The importance of setting strong boundaries around one’s own self-care should not be underestimated.  Here are a few strategies to help you reprioritize your life and protect the time you allocate for yourself.

  • Allocate at least fifteen minutes a day where you put yourself first.  This means setting boundaries around that time that you do not break—particularly with technology.  When I was a Wall Street lawyer, this meant that under no circumstances did I check my blackberry before getting my workout in first thing in the morning.   Some of my clients get out of bed a half-hour early to meditate and start their day quietly before checking email.  One client takes fifteen minutes before bed every night to reflect on what he is grateful for in any given day in a journal.  While these practices may seem trying at first, in a short while they will become a part of your daily routine.  Allocating a short period of time for yourself every day, and shutting down your blackberry during these moments, will allow you a much needed break to restore your sanity and health.

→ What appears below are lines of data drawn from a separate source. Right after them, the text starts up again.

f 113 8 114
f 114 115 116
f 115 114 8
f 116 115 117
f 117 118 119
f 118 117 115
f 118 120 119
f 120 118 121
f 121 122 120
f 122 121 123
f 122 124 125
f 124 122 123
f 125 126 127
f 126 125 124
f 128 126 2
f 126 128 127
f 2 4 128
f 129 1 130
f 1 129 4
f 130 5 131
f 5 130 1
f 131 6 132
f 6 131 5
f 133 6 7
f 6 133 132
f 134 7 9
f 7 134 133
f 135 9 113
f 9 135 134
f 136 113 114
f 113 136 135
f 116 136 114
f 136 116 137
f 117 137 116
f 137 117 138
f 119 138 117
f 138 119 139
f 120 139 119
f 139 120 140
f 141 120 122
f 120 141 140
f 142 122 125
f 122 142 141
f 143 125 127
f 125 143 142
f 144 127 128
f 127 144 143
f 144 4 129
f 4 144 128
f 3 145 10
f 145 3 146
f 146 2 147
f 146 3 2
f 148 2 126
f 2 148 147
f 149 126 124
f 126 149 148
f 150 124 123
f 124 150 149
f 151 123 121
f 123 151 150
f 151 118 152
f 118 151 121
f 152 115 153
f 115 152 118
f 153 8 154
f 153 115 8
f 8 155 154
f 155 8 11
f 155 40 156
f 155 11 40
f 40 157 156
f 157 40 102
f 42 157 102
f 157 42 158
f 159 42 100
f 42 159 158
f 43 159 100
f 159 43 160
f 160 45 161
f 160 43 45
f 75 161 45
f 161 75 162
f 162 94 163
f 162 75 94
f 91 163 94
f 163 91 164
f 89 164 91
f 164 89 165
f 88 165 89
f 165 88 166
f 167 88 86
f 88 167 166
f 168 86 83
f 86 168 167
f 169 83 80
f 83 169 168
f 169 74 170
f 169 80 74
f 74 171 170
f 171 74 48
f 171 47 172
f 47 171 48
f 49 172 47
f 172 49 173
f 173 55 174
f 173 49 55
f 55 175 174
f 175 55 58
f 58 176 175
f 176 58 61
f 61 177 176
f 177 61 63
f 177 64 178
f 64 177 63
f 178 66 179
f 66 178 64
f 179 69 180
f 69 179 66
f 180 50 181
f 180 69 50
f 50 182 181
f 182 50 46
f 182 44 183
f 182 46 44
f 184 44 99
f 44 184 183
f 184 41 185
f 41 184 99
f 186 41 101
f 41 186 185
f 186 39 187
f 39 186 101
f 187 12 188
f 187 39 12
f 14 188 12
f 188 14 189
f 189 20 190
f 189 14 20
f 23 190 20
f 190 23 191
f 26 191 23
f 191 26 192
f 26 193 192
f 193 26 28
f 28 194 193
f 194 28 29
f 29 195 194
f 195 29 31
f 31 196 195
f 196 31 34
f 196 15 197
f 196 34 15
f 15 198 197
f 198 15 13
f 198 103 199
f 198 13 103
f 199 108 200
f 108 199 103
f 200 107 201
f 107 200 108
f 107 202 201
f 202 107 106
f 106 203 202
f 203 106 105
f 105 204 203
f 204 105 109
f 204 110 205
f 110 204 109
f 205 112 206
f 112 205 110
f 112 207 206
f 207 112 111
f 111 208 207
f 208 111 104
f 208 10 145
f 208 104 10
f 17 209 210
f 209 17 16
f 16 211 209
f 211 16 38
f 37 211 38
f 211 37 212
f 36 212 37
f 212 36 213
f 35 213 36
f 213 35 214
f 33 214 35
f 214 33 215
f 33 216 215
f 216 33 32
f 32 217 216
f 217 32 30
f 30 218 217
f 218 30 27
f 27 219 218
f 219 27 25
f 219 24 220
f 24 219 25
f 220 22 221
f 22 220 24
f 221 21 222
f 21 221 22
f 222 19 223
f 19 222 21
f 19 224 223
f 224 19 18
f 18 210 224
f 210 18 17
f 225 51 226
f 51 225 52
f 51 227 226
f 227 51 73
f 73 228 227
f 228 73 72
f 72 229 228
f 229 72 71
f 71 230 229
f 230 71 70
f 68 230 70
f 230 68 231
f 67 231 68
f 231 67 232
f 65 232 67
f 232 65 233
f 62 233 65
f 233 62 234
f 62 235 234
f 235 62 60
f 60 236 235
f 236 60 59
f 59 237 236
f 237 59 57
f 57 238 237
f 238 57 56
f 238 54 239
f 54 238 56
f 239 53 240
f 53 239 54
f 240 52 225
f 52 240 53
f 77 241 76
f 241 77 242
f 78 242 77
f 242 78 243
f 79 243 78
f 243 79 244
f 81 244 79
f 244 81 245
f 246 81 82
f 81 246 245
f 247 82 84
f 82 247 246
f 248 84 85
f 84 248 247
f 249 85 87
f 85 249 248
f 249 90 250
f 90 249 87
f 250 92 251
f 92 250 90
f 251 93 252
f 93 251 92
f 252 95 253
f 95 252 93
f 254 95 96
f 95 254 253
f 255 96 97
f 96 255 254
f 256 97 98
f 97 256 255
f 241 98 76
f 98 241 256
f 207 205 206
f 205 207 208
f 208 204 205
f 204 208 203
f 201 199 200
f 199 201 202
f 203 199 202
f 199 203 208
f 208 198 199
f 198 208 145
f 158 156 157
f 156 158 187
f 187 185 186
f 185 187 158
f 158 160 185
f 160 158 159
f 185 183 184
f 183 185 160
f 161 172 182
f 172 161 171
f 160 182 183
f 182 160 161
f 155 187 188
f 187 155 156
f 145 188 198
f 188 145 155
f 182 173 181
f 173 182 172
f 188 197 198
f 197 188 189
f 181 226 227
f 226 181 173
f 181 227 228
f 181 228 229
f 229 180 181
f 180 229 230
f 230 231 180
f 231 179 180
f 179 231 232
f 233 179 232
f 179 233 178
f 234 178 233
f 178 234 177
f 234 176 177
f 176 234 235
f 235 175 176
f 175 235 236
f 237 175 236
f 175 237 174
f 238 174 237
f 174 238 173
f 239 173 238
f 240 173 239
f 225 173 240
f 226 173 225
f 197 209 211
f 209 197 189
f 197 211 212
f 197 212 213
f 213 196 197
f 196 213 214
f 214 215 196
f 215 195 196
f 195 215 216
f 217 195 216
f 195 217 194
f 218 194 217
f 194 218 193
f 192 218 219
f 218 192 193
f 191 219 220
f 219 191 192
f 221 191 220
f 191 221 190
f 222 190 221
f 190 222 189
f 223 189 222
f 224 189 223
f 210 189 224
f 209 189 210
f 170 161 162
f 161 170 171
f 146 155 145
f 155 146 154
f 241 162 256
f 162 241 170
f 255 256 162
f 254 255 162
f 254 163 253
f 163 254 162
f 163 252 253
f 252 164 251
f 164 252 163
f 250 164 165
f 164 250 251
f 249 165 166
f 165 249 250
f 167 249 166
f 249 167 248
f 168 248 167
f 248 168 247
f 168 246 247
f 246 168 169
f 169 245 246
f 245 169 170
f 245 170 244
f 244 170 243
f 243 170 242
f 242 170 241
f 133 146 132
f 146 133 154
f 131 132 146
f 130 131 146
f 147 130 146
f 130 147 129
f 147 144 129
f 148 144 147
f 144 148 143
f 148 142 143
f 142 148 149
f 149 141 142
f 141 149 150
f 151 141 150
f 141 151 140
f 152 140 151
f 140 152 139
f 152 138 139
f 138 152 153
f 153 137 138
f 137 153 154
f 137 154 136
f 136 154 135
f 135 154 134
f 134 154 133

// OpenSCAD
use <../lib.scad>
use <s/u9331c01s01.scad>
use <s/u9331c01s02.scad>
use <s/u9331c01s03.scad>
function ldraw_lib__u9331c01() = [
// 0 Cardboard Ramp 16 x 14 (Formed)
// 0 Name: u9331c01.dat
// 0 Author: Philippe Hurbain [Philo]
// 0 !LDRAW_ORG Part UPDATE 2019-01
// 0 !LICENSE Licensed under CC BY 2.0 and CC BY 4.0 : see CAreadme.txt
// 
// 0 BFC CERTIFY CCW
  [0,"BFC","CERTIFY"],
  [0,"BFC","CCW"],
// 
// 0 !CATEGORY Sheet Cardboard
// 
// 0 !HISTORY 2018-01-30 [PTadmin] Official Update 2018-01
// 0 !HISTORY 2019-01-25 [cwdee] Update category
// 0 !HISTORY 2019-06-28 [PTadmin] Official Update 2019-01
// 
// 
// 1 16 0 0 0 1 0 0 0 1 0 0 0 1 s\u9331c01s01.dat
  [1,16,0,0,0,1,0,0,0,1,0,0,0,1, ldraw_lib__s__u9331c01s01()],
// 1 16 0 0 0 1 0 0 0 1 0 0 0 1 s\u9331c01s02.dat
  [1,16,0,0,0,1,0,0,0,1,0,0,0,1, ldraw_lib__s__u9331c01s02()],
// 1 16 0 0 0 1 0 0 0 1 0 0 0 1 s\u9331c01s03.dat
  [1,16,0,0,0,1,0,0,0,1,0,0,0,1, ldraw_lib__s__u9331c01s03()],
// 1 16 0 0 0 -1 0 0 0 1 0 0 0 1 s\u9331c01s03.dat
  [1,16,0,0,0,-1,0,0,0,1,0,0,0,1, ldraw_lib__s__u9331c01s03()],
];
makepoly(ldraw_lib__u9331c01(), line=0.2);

  • When you are out to dinner with your spouse or partner, or playing with your kid at the nearby playground, leave your smartphone at home.  However scary it may be at the start, you and your relationships will be rewarded for it.  It is amazing how many times during the day I see a child upset in a stroller while its parent is desperately engaged in text or email.  That’s not good for your kid, and it’s not good for you. Whoever it is that purportedly needs you while you’re swinging your kid on a swingset or engaged in intimate conversation with your spouse at 8 p.m. on a Saturday night can wait a little while, believe me.   Leave your phone at home once, and you will find that even if you bring it along the next time, it will be a lot easier to choose to not respond immediately to purportedly urgent matters in favor of enjoying the present moment with your partner or family, and for yourself.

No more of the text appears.